Claire Windsor (born Clara Viola Cronk; April 14, 1892 – October 24, 1972) was an American film actress of the silent screen era.

Early life
Windsor was born Clara Viola Cronk (nicknamed "Ola") in 1892 in Marvin, Phillips County, Kansas to parents of Scandinavian descent, George Edwin Cronk and Ella Rose Fearing (later called "Rosella"), who married on October 21, 1885 in Davenport, Iowa. Their first child, a son, died shortly after birth. Her parents later moved to Cawker City, Kansas when she was two years old. At some point, Claire's sister, Nellie, was born. Claire attended Washburn Preparatory Academy in Topeka from 1906-07. After a year at Broadway High School, Seattle, Washington, she returned as a student in the Fine Arts Department at Washburn College. 

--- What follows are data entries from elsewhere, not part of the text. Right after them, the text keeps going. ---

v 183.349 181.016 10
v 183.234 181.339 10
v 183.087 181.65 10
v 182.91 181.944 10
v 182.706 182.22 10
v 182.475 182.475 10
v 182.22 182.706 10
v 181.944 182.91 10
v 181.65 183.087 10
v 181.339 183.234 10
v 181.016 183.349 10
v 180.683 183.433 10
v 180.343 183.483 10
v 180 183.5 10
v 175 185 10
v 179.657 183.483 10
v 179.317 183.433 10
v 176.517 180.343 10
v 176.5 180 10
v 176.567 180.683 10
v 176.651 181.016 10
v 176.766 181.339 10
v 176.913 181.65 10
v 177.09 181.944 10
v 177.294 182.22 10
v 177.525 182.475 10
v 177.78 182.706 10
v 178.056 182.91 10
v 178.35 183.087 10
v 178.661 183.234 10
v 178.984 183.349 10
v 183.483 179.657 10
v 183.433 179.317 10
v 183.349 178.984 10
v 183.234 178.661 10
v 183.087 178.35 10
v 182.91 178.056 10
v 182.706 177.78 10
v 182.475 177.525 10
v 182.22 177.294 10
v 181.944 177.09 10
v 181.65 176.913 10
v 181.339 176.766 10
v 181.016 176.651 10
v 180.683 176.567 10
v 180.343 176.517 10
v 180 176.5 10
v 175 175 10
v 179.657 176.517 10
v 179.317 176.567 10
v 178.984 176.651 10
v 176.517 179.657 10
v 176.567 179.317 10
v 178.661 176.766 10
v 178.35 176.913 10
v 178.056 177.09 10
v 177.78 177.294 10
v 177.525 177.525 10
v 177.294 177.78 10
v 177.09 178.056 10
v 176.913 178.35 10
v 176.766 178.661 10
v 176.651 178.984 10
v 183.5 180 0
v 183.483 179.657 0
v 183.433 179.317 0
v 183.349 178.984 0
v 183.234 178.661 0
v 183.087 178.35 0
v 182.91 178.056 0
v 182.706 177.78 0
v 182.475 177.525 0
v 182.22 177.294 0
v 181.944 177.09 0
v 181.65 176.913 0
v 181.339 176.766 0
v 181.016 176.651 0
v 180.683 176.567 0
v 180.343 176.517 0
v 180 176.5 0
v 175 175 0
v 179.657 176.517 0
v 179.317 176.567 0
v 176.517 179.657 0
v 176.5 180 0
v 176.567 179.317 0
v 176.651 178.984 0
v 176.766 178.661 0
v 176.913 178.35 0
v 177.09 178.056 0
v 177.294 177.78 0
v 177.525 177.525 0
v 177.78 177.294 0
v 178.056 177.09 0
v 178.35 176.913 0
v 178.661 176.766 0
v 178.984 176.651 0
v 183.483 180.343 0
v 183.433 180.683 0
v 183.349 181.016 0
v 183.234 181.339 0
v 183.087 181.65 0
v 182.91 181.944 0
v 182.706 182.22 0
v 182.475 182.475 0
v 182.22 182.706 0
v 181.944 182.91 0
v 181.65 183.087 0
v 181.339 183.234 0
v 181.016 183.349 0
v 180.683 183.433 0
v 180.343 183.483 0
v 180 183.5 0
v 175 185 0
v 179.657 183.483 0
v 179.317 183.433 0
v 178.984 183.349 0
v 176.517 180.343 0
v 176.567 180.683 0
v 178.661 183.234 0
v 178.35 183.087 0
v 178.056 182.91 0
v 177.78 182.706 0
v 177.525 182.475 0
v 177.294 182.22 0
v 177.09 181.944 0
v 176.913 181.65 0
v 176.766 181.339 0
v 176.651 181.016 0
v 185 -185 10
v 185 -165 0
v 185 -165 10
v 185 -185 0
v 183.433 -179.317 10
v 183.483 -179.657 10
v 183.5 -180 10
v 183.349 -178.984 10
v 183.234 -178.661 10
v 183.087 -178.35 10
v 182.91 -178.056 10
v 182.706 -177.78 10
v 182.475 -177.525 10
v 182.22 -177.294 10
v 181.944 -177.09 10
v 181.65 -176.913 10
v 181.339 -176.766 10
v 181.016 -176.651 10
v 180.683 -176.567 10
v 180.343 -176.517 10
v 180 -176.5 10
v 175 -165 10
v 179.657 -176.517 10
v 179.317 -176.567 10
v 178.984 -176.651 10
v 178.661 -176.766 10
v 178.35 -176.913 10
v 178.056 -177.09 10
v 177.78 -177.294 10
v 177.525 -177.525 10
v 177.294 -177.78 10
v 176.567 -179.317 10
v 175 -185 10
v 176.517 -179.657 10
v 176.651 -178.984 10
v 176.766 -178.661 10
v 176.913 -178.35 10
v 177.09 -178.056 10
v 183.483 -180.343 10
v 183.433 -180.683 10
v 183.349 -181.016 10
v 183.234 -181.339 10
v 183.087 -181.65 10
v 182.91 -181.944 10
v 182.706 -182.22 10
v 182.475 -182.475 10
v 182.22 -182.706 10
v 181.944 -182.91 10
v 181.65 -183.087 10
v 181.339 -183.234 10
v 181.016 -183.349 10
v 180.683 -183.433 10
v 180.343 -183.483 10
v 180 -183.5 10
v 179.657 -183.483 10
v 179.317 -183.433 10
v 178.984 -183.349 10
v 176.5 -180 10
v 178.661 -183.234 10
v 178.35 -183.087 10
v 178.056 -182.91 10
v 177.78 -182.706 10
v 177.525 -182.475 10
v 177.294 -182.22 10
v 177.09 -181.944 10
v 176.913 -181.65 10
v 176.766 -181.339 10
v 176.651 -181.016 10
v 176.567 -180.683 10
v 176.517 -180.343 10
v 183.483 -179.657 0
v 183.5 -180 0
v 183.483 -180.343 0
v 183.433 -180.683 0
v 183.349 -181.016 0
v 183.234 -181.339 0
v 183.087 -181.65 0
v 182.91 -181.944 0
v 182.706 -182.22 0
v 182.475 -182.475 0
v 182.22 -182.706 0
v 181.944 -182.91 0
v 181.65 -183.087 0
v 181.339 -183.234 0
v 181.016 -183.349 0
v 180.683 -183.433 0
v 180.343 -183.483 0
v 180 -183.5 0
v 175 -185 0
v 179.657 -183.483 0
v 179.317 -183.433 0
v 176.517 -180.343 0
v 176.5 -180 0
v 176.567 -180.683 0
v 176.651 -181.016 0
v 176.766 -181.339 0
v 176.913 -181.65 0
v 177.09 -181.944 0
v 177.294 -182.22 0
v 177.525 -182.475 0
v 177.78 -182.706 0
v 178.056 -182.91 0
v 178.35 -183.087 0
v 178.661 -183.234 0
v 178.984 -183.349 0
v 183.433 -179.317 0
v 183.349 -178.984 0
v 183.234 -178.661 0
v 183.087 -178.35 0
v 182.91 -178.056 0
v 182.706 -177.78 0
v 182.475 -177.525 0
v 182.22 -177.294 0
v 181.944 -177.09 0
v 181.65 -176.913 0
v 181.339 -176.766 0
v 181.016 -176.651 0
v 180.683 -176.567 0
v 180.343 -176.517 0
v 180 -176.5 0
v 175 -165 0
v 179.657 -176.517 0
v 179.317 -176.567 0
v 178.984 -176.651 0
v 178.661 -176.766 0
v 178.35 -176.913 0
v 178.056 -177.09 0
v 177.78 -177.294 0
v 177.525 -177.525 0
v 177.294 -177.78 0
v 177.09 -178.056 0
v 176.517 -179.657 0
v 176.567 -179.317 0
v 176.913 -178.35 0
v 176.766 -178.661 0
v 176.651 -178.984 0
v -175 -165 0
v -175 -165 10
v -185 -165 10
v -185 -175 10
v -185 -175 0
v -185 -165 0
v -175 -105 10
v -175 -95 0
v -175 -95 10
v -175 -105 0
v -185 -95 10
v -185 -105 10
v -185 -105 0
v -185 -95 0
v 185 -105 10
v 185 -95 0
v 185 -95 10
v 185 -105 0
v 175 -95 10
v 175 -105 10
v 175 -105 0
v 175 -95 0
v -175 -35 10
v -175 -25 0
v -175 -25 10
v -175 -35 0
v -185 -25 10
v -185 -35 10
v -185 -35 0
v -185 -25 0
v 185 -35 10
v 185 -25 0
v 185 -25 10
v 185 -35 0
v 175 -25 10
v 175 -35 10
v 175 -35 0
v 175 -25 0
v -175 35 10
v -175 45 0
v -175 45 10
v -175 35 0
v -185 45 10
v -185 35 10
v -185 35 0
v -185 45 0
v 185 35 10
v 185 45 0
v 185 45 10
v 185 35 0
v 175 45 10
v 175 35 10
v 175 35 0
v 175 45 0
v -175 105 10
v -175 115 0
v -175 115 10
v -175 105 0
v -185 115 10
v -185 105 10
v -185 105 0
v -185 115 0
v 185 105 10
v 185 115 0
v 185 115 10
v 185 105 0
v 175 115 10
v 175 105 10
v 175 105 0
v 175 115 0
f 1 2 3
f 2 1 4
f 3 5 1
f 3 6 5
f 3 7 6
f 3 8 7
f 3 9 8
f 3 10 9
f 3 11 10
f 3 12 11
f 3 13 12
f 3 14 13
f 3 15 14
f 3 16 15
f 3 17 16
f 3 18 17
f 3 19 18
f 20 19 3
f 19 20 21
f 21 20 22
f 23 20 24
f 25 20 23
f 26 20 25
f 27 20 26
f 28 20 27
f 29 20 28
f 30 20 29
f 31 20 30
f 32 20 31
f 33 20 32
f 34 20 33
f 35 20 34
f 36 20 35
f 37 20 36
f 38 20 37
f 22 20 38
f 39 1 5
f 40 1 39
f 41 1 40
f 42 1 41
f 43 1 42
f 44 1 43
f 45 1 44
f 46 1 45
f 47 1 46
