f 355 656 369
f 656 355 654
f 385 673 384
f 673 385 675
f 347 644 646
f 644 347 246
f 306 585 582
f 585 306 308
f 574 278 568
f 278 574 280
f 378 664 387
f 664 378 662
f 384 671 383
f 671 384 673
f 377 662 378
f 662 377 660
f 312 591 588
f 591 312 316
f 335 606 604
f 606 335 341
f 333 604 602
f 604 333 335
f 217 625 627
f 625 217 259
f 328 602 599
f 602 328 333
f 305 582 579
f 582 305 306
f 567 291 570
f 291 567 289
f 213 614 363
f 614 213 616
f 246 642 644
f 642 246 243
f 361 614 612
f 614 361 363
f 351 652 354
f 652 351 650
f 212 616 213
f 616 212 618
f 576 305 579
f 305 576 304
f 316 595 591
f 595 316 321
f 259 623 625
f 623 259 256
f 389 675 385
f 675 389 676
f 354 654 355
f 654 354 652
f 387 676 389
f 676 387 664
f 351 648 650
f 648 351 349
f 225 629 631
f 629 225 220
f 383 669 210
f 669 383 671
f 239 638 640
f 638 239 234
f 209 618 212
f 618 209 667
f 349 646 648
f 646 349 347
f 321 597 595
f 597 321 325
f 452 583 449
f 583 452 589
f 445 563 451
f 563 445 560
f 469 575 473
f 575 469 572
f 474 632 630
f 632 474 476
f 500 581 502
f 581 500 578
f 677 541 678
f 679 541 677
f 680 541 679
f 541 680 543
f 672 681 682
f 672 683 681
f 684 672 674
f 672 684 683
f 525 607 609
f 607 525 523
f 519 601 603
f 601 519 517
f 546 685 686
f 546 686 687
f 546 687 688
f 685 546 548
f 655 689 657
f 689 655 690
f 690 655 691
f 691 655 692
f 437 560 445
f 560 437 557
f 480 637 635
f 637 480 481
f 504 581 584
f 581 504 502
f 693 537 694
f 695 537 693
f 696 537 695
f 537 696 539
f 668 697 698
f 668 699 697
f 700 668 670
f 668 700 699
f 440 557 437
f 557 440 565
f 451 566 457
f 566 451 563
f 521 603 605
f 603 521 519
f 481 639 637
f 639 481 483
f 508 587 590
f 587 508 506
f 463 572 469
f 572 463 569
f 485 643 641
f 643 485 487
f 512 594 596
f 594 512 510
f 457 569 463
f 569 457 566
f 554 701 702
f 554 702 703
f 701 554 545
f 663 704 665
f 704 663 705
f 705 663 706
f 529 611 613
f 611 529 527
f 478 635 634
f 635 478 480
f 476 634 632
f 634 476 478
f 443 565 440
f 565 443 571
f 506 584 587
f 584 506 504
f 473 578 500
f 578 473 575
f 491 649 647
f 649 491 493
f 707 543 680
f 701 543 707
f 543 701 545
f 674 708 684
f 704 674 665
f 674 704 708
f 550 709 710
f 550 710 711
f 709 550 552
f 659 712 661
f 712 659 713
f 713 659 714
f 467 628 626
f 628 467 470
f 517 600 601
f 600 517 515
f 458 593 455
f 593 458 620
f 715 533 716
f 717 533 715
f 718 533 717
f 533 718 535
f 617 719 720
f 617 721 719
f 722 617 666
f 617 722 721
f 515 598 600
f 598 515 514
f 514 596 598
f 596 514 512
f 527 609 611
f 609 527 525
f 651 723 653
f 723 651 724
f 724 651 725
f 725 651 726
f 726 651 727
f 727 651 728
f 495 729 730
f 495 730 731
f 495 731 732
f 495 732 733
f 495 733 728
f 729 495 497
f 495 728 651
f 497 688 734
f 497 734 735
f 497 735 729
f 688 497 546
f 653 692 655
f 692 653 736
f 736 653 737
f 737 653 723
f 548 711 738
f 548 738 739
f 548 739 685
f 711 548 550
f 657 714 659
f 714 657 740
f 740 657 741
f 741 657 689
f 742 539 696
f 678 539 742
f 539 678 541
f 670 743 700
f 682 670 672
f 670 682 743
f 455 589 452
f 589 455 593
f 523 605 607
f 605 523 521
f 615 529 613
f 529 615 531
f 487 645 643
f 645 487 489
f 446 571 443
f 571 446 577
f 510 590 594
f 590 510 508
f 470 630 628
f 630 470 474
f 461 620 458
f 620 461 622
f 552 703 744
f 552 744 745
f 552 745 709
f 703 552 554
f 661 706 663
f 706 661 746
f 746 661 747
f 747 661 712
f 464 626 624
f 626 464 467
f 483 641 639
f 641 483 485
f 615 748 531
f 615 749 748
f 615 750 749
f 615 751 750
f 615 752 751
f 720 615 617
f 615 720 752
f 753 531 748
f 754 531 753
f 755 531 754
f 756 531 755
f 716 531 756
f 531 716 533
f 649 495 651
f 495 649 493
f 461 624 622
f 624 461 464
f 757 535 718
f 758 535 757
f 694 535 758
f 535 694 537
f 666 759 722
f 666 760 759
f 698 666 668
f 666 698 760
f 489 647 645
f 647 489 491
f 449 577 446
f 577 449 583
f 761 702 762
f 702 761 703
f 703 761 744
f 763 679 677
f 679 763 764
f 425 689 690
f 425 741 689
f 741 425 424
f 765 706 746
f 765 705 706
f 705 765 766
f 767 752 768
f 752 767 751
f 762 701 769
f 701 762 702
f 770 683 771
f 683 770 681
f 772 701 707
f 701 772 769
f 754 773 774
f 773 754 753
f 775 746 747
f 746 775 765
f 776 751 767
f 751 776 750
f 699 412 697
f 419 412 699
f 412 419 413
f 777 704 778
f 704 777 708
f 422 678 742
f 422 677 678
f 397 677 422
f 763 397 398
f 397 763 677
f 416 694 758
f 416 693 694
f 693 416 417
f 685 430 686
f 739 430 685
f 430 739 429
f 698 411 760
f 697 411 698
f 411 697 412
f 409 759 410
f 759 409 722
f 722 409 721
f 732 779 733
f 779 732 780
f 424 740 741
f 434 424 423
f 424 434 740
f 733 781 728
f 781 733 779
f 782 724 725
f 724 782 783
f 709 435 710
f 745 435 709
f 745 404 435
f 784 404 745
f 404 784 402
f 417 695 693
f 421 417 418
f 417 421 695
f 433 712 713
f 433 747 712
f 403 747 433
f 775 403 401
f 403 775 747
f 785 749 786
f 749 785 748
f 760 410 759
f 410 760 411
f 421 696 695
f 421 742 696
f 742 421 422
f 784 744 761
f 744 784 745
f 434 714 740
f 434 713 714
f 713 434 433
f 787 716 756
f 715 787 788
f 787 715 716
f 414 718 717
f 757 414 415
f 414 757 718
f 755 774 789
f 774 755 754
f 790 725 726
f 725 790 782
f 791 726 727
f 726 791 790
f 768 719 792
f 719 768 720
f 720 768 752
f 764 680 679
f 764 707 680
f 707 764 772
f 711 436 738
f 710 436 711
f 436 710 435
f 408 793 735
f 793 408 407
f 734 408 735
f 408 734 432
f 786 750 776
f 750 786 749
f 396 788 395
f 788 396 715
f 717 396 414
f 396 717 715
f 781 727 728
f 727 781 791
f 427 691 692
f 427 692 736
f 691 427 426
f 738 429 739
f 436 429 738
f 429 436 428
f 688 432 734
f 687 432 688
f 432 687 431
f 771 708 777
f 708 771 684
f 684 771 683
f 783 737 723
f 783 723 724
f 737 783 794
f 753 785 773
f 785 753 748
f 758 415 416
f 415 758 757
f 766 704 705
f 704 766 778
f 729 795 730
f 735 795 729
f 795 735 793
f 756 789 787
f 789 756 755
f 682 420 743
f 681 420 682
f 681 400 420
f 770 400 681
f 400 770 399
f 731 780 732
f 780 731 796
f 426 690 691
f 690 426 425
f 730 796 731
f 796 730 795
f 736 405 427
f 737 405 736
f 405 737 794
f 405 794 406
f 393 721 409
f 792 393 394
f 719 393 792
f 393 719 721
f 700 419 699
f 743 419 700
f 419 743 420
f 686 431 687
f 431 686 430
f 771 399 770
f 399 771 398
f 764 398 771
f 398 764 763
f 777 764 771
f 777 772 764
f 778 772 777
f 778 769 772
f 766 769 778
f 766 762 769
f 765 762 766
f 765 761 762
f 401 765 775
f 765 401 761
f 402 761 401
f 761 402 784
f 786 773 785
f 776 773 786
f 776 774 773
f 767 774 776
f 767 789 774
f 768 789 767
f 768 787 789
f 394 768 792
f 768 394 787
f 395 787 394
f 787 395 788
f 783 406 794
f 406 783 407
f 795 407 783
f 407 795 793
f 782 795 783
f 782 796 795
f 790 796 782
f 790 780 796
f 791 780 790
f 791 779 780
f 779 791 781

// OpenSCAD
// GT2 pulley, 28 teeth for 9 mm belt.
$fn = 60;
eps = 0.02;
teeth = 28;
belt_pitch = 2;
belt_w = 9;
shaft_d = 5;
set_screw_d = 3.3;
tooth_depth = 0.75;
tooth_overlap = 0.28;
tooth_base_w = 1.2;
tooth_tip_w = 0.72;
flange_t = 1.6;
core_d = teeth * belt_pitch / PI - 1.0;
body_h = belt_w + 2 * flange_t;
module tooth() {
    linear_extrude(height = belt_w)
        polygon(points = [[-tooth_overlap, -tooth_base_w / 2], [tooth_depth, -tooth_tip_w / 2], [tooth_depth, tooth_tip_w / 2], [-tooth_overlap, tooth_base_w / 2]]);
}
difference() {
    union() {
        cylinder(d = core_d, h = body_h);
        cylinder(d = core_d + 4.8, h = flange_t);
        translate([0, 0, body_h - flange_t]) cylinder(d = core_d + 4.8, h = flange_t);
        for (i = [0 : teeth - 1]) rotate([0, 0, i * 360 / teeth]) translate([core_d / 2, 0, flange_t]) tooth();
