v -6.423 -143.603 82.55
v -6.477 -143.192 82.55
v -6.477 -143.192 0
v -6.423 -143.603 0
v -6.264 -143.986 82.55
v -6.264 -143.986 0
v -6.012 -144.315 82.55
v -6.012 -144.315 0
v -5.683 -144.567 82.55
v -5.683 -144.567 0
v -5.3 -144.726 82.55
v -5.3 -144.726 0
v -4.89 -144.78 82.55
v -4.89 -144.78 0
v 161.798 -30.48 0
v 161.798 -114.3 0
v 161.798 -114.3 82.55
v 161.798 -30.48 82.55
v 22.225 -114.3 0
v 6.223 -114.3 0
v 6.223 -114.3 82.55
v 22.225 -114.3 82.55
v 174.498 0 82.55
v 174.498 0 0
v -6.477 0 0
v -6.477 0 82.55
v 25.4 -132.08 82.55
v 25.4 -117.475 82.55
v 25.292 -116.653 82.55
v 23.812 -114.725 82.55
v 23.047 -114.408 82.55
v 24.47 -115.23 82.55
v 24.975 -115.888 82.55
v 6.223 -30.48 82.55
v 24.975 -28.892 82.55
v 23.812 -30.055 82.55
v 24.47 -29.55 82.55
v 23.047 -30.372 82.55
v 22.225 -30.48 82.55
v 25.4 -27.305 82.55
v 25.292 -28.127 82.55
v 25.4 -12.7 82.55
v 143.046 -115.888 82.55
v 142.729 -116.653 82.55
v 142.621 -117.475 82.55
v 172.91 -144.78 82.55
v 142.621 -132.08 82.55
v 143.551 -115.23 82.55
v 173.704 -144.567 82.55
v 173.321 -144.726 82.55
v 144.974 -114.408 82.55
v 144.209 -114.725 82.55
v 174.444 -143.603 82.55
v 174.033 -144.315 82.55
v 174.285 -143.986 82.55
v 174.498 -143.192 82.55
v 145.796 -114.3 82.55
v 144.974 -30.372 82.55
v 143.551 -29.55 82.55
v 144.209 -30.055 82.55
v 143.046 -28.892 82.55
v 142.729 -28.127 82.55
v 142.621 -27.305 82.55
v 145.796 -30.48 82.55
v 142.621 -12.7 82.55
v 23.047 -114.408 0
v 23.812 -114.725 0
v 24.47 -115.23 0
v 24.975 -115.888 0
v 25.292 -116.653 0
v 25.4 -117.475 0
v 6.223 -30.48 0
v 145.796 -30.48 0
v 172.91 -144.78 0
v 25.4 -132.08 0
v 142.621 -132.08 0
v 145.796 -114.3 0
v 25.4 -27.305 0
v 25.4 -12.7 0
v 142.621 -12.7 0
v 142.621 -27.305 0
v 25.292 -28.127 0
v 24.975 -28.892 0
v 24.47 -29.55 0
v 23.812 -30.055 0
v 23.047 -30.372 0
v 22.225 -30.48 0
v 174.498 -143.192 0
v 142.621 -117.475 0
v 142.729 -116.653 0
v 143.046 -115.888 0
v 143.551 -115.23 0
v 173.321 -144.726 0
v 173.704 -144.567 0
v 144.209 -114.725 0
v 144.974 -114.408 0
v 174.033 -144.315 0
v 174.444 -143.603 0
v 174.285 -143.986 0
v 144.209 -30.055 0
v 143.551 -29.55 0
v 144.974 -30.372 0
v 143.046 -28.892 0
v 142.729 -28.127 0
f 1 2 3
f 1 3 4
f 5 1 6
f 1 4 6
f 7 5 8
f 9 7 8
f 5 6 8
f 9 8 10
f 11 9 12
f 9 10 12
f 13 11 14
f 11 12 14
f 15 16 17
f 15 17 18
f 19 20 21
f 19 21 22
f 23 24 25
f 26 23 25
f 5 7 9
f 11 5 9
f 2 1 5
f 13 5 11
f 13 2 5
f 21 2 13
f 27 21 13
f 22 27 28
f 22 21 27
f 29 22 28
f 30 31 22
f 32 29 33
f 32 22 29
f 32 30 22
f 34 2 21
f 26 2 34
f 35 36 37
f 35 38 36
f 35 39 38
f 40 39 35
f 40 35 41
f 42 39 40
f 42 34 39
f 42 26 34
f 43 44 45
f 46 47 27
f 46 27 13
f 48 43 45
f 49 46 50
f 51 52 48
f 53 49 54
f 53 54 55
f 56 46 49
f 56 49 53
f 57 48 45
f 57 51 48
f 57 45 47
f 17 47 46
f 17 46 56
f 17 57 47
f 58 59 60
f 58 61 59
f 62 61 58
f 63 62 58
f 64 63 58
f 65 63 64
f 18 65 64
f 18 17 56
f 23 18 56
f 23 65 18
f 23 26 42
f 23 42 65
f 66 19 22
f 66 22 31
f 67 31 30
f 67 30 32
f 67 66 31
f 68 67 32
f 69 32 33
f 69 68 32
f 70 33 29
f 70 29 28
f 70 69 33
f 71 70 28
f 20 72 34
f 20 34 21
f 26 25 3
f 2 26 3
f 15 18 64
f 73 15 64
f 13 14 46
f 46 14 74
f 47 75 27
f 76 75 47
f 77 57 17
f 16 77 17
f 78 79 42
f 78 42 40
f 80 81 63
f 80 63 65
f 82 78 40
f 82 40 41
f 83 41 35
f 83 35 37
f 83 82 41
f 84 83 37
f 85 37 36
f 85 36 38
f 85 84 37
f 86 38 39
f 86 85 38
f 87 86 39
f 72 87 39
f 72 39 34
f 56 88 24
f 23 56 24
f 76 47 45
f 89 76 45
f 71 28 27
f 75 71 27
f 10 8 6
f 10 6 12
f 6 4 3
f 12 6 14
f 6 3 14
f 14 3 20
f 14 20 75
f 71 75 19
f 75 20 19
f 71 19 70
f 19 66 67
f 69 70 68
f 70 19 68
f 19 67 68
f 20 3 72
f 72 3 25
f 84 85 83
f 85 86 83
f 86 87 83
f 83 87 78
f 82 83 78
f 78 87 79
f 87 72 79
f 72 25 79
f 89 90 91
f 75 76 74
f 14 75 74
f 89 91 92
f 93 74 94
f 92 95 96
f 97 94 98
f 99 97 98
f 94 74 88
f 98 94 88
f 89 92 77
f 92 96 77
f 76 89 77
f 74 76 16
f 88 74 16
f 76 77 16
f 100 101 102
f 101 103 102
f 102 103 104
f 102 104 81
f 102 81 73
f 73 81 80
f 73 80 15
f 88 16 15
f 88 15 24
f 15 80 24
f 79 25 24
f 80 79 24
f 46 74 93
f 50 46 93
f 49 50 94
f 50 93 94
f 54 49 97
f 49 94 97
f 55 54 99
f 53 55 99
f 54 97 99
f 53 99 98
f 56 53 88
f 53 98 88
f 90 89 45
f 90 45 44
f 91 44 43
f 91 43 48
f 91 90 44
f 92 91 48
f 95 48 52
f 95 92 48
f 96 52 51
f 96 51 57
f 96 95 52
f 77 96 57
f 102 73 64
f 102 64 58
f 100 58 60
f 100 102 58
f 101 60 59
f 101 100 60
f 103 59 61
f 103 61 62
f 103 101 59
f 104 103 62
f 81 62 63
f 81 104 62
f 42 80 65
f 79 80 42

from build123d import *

# Parameters (mm, degrees)
BOSS_EXTRUDE1_DEPTH = 82.55


with BuildPart() as part:
    # Sketch1 → Boss-Extrude1 (new body)
    with BuildSketch(Plane.XY):
        with BuildLine():
            Line((174.498, 0), (-6.477, 0))
            Line((-6.477, 0), (-6.477, -143.1925))
            ThreePointArc((-6.477, -143.1925), (-6.012032015, -144.315032015), (-4.8895, -144.78))
            Line((-4.8895, -144.78), (172.9105, -144.78))
            ThreePointArc((172.9105, -144.78), (174.033032015, -144.315032015), (174.498, -143.1925))
            Line((174.498, -143.1925), (174.498, 0))
        make_face()
        with BuildLine():
            Line((6.223, -114.3), (22.225, -114.3))
            ThreePointArc((22.225, -114.3), (24.47006403, -115.22993597), (25.4, -117.475))
            Line((25.4, -117.475), (25.4, -132.08))
            Line((25.4, -132.08), (142.621, -132.08))
            Line((142.621, -132.08), (142.621, -117.475))
            ThreePointArc((142.621, -117.475), (143.55093597, -115.22993597), (145.796, -114.3))
            Line((145.796, -114.3), (161.798, -114.3))
            Line((161.798, -114.3), (161.798, -30.48))
            Line((161.798, -30.48), (145.796, -30.48))
            ThreePointArc((145.796, -30.48), (143.55093597, -29.55006403), (142.621, -27.305))
            Line((142.621, -27.305), (142.621, -12.7))
            Line((142.621, -12.7), (25.4, -12.7))
            Line((25.4, -12.7), (25.4, -27.305))
            ThreePointArc((25.4, -27.305), (24.47006403, -29.55006403), (22.225, -30.48))
            Line((22.225, -30.48), (6.223, -30.48))
            Line((6.223, -30.48), (6.223, -114.3))
        make_face(mode=Mode.SUBTRACT)
    extrude(amount=BOSS_EXTRUDE1_DEPTH)


solid = part.part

Intent on further refining her daughters' education and position in society, Rosella and her daughters returned to Seattle in the fall of 1910. On July 14, 1913, Claire ("Ola") was chosen for the role of Empress during the lavish musical production of Jappyland. While living in Seattle, Ola met David Willis Bowes and the intense relationship continued by correspondence after Mr. Bowes' return to Denver. Soon a June wedding was planned, but en route back to Kansas, Ola and Bowes wed secretly on May 13, 1914, in Denver, Colorado. The union resulted in the birth of a son, David Willis Bowes Jr., on September 9, 1916, but the couple soon went their separate ways. Bowes officially filed for divorce on September 14, 1920. 

Ola moved to California to be reunited with her parents who had recently retired. Seeking a way to support herself and baby son, Ola took the advice of a friend and quickly found employment at the movie studios. Initially receiving only bit parts, she was soon spotted by Lois Weber, a highly regarded and influential director and producer of silent films for Paramount Pictures. Weber immediately signed Windsor to a contract.

Career climb

Claire Windsor's film debut was in the 1920 release of Lois Weber's To Please One Woman which was only a modest success. To promote the nascent starlet, Paramount Pictures often paired Windsor with the newly divorced actor Charlie Chaplin in publicity photographs, leading the tabloid press to give mention to the young actress in print. In 1921, Windsor costarred with Louis Calhern in Weber's The Blot (1921). 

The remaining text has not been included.